Я не понимала, каким образом Максим мог оказаться здесь. Или он, как и я, беспокоился за друга и решил проверить, как обстоят дела? Мне вдруг представилось, что там стоит Юрий Витальевич. От картины того, как он пробирается через развалины завода, жестикулируя своей тростью, мне стало немного весело. По счастью, этого никто не заметил.
— Он думает, что спрячется там? — спросил Сергей у всех нас. — Я торчу здесь около месяца и прекрасно изучил все выходы.
И вот его тон снова поменялся, и он заорал:
— Выходи!
В следующую секунду он резко бросился к нам, вытянув руки вперед. Ему надо было схватить кого-то, все равно кого. Скорее всего, досталось бы мне, потому что я сидела в центре. Но Андрей, поднявшись, сам бросился в руки Краснову, спасая меня.
— Живо! — продолжал орать Сергей, вцепившись в рукав Андрея и угрожая ему пистолетом. Но, пока все его внимание было сосредоточено в одном месте, у входа в зал, спиной к которому стоял Сергей, появился Одинцов. Он двигался бесшумно. Свет упал на его фигуру, как-то по-особенному зловеще выделяя глаза и заострившиеся скулы. Настя увидела преподавателя, и ее лицо исказила гримаса непонимания и усталости. Слишком много событий уже произошло, и появление профессора анатомии здесь казалось невероятным. Лебедева хотел что-то крикнуть, но я предупредила ее едва заметным кивком головы. Одинцову нужно всего несколько секунд, и все закончится. Никто не должен ему помешать.
Все произошло стремительно и нервно. Константин Александрович вскинул пистолет, снял предохранитель, и все мы чудом не оглохли от звука выстрела. Я прикрыла веки, надеясь, что профессор не промахнулся, иначе Андрей умрет. Да и что стоит Краснову спустить курок уже будучи раненным? Хладнокровие Одинцова поражало меня. Неужели не мог выбрать момент, когда никто из нас не был на прицеле у психопата?! Мысль, что на месте Андрея сейчас могла бы стоять я, окончательно добила меня.
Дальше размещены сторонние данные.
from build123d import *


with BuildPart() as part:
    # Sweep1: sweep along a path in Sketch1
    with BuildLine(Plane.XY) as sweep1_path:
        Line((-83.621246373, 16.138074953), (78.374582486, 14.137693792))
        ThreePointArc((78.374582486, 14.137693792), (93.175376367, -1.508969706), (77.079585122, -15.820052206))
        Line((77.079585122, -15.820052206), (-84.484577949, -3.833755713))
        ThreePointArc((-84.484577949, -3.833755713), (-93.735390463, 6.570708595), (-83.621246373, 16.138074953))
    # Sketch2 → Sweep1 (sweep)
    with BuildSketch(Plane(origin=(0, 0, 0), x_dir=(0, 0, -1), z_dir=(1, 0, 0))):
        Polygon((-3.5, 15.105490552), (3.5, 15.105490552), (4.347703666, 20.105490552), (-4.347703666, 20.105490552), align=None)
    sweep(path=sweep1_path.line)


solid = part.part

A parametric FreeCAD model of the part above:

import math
import FreeCAD as App
import Part
import Sketcher
from FreeCAD import Vector

doc = App.newDocument("Part")
body = doc.addObject("PartDesign::Body", "Body")

sketch1 = doc.addObject("Sketcher::SketchObject", "Sketch")
body.addObject(sketch1)
sketch1.AttachmentSupport = (doc.YZ_Plane, [""])
sketch1.MapMode = "FlatFace"
sketch1.addGeometry([
    Part.LineSegment(Vector(15.105491, 3.5, 0), Vector(15.105491, -3.5, 0)),
    Part.LineSegment(Vector(15.105491, -3.5, 0), Vector(20.105491, -4.347704, 0)),
    Part.LineSegment(Vector(20.105491, -4.347704, 0), Vector(20.105491, 4.347704, 0)),
    Part.LineSegment(Vector(20.105491, 4.347704, 0), Vector(15.105491, 3.5, 0)),
], False)
sketch1.addConstraint([
    Sketcher.Constraint("Coincident", 0, 2, 1, 1),
    Sketcher.Constraint("Coincident", 1, 2, 2, 1),
    Sketcher.Constraint("Coincident", 2, 2, 3, 1),
    Sketcher.Constraint("Coincident", 3, 2, 0, 1),
    Sketcher.Constraint("Vertical", 0),
    Sketcher.Constraint("Vertical", 2),
    Sketcher.Constraint("Equal", 1, 3),
    Sketcher.Constraint("DistanceY", 0, 2, 0, 1, 7.0),
    Sketcher.Constraint("DistanceX", 0, 2, 1, 2, 5.0),
    Sketcher.Constraint("DistanceY", 0, 2, -1, 1, 3.5),
    Sketcher.Constraint("Distance", 1, 5.071351),
    Sketcher.Constraint("DistanceX", -1, 1, 0, 2, 15.105491),
])

sketch2 = doc.addObject("Sketcher::SketchObject", "Sketch001")
body.addObject(sketch2)
sketch2.AttachmentSupport = (doc.XY_Plane, [""])
sketch2.MapMode = "FlatFace"
sketch2.addGeometry([
    Part.LineSegment(Vector(-84, 16, 0), Vector(78, 14, 0)),
    Part.ArcOfCircle(Part.Circle(Vector(78, -1, 0), Vector(0, 0, 1), 15), math.radians(-94), math.radians(89)),
    Part.LineSegment(Vector(77, -16, 0), Vector(-84, -4, 0)),
    Part.ArcOfCircle(Part.Circle(Vector(-84, 6, 0), Vector(0, 0, 1), 10), math.radians(89), math.radians(266)),
], False)
sketch2.addConstraint([
    Sketcher.Constraint("Tangent", 0, 2, 1, 2),
    Sketcher.Constraint("Tangent", 1, 1, 2, 1),
    Sketcher.Constraint("Tangent", 2, 2, 3, 2),
    Sketcher.Constraint("Tangent", 3, 1, 0, 1),
    Sketcher.Constraint("Radius", 1, 15.0),
    Sketcher.Constraint("Radius", 3, 10.0),
    Sketcher.Constraint("DistanceY", 1, 3, 3, 3, 7.0),
    Sketcher.Constraint("Distance", 0, 162.008179),
    Sketcher.Constraint("DistanceX", -1, 1, 1, 3, 78.189371),
    Sketcher.Constraint("DistanceY", 1, 3, -1, 1, 0.861163),
])
doc.recompute()

additivepipe = doc.addObject("PartDesign::AdditivePipe", "AdditivePipe")
body.addObject(additivepipe)
additivepipe.Profile = sketch1
additivepipe.Spine = (sketch2, ["Edge1", "Edge2", "Edge3", "Edge4"])

doc.recompute()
Но Одинцову все удалось. Он не промахнулся. Его выстрел задел плечо Сергея, и рука, держащая пистолет, ослабила хватку. Сажнев, еще не понимая до конца, что произошло, рванулся в сторону. Казалось, все позади, но боль Сергея была не настолько сильной, как одержимость ужасающей идеей убить парня. Он перехватил пистолет в другую руку и прицелился.
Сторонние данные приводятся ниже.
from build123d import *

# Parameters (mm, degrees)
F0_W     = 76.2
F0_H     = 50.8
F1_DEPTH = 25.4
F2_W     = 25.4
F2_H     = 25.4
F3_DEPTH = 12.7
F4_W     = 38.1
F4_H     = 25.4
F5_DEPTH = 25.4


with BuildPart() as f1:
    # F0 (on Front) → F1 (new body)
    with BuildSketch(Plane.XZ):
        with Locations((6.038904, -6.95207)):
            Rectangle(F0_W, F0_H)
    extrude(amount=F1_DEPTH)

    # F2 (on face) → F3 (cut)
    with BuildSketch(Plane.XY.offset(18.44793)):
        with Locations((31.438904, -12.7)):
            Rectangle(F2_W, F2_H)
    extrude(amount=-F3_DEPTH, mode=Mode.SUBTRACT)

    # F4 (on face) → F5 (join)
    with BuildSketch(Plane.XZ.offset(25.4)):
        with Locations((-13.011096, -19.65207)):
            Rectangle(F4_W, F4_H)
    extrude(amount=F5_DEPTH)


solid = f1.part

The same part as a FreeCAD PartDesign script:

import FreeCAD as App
import Part
import Sketcher

V = App.Vector
Q = App.Units.Quantity


def add_polygon(sketch, points):
    """Adds a closed chain of lines whose ends are joined by coincident constraints."""
    first, n = sketch.GeometryCount, len(points)
    for a, b in zip(points, points[1:] + points[:1]):
        sketch.addGeometry(Part.LineSegment(App.Vector(*a, 0), App.Vector(*b, 0)), False)
    for i in range(n):
        sketch.addConstraint(Sketcher.Constraint("Coincident", first + i, 2, first + (i + 1) % n, 1))

doc = App.newDocument("Part")
body = doc.addObject("PartDesign::Body", "Body")

# Sketch on XZ plane
sketch1 = body.newObject("Sketcher::SketchObject", "Sketch")
sketch1.AttachmentSupport = (doc.getObject("XZ_Plane"), [""])
sketch1.MapMode = "FlatFace"
add_polygon(sketch1, [(-32, 18), (-32, -32), (44, -32), (44, 18)])  # lines 0-3
sketch1.addConstraint([
    Sketcher.Constraint("Vertical", 0),
    Sketcher.Constraint("Horizontal", 1),
    Sketcher.Constraint("Vertical", 2),
    Sketcher.Constraint("Horizontal", 3),
    Sketcher.Constraint("DistanceX", 1, 1, 1, 2, Q("3 in")),
    Sketcher.Constraint("DistanceY", 0, 2, 0, 1, Q("2 in")),
    Sketcher.Constraint("DistanceY", 0, 2, -1, 1, 32.35207),
    Sketcher.Constraint("DistanceX", 0, 2, -1, 1, 32.061096),
])
pad1 = body.newObject("PartDesign::Pad", "Pad")
pad1.Profile = sketch1
pad1.Length = Q("1 in")

# Sketch on XY plane
sketch2 = body.newObject("Sketcher::SketchObject", "Sketch001")
sketch2.AttachmentSupport = (doc.getObject("XY_Plane"), [""])
sketch2.MapMode = "FlatFace"
sketch2.AttachmentOffset = App.Placement(V(0, 0, 18.44793), App.Rotation())
add_polygon(sketch2, [(19, 0), (19, -25), (44, -25), (44, 0)])  # lines 0-3
sketch2.addConstraint([
    Sketcher.Constraint("Vertical", 0),
    Sketcher.Constraint("Horizontal", 1),
    Sketcher.Constraint("Vertical", 2),
    Sketcher.Constraint("Horizontal", 3),
    Sketcher.Constraint("PointOnObject", 2, 2, -1),
    Sketcher.Constraint("Equal", 3, 0),
    Sketcher.Constraint("DistanceX", 1, 1, 1, 2, Q("1 in")),
    Sketcher.Constraint("DistanceX", -1, 1, 0, 2, 18.738904),
])
pocket1 = body.newObject("PartDesign::Pocket", "Pocket")
pocket1.Profile = sketch2
pocket1.Length = Q("0.5 in")

# Sketch on XZ plane
sketch3 = body.newObject("Sketcher::SketchObject", "Sketch002")
sketch3.AttachmentSupport = (doc.getObject("XZ_Plane"), [""])
sketch3.MapMode = "FlatFace"
sketch3.AttachmentOffset = App.Placement(V(0, 0, 1 * 25.4), App.Rotation())
add_polygon(sketch3, [(-32, -7), (-32, -32), (6, -32), (6, -7)])  # lines 0-3
sketch3.addConstraint([
    Sketcher.Constraint("Vertical", 0),
    Sketcher.Constraint("Horizontal", 1),
    Sketcher.Constraint("Vertical", 2),
    Sketcher.Constraint("Horizontal", 3),
    Sketcher.Constraint("DistanceY", 0, 2, 0, 1, Q("1 in")),
    Sketcher.Constraint("DistanceX", 1, 1, 1, 2, Q("1.5 in")),
    Sketcher.Constraint("DistanceY", 0, 2, -1, 1, 32.35207),
    Sketcher.Constraint("DistanceX", 0, 2, -1, 1, 32.061096),
])
pad2 = body.newObject("PartDesign::Pad", "Pad001")
pad2.Profile = sketch3
pad2.Length = Q("1 in")

doc.recompute()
— Андрей, осторожно! — успела закричать я. Уровень адреналина в мой крови наверняка зашкаливал. Я не могла успокоиться оттого, что имею возможность только наблюдать. Мне нечем помочь ни Андрею, ни профессору. Словно я сижу удивленным зрителем на спектакле, лишенном сценария.
Сергей не мог промахнуться с такого расстояния, хоть он и собирался стрелять левой рукой. Свитер на раненном плече уже размокал от струившейся крови, и я по-идиотски вспоминала, какие артерии там проходят.
Одинцов выстрелил снова, и пуля угодила в голень. Краснов упал на бетонный пол завод, а следом раздался еще один выстрел. Его сделал падающий Сергей, но теперь уже точно никого не задел, кроме полуразрушенных сводов. Пальцы Краснова ослабли, он выронил пистолет, и мы услышали нечеловеческий крик. Вой раненного зверя. Пугающий звук, почему-то вызывающий жалость.
Андрей был напуган и зол. Зрачки его глаз невообразимо расширились, а дыхание такое, будто он пробежал стометровку. В состоянии шока он накинулся на Краснова, ногой пнул пистолет, отлетевший куда-то в темноту, и принялся бить Сергея. Он наносил удары с такой яростью, что мне стало страшно. Он же убьет его! Но Константин Александрович уже подбежал к ним и одним движением оттащил Андрея. Мне удалось схватить парня за плечо и удержать какое-то время рядом. Потом это уже не требовалось, Сажнев пришел в себя, и краем глаза я видела его медленно сползшую на пол фигуру.
Профессор продолжал наводить порядок. В несколько движений он перевернул Краснова на живот. Тот кричал от боли и нервного потрясения, которое напрочь сломило сохранившуюся в нем частицу разума. Но лицо Константина Александровича оставалось беспристрастным. Ему не было жаль этого человека. Для него это — просто тело.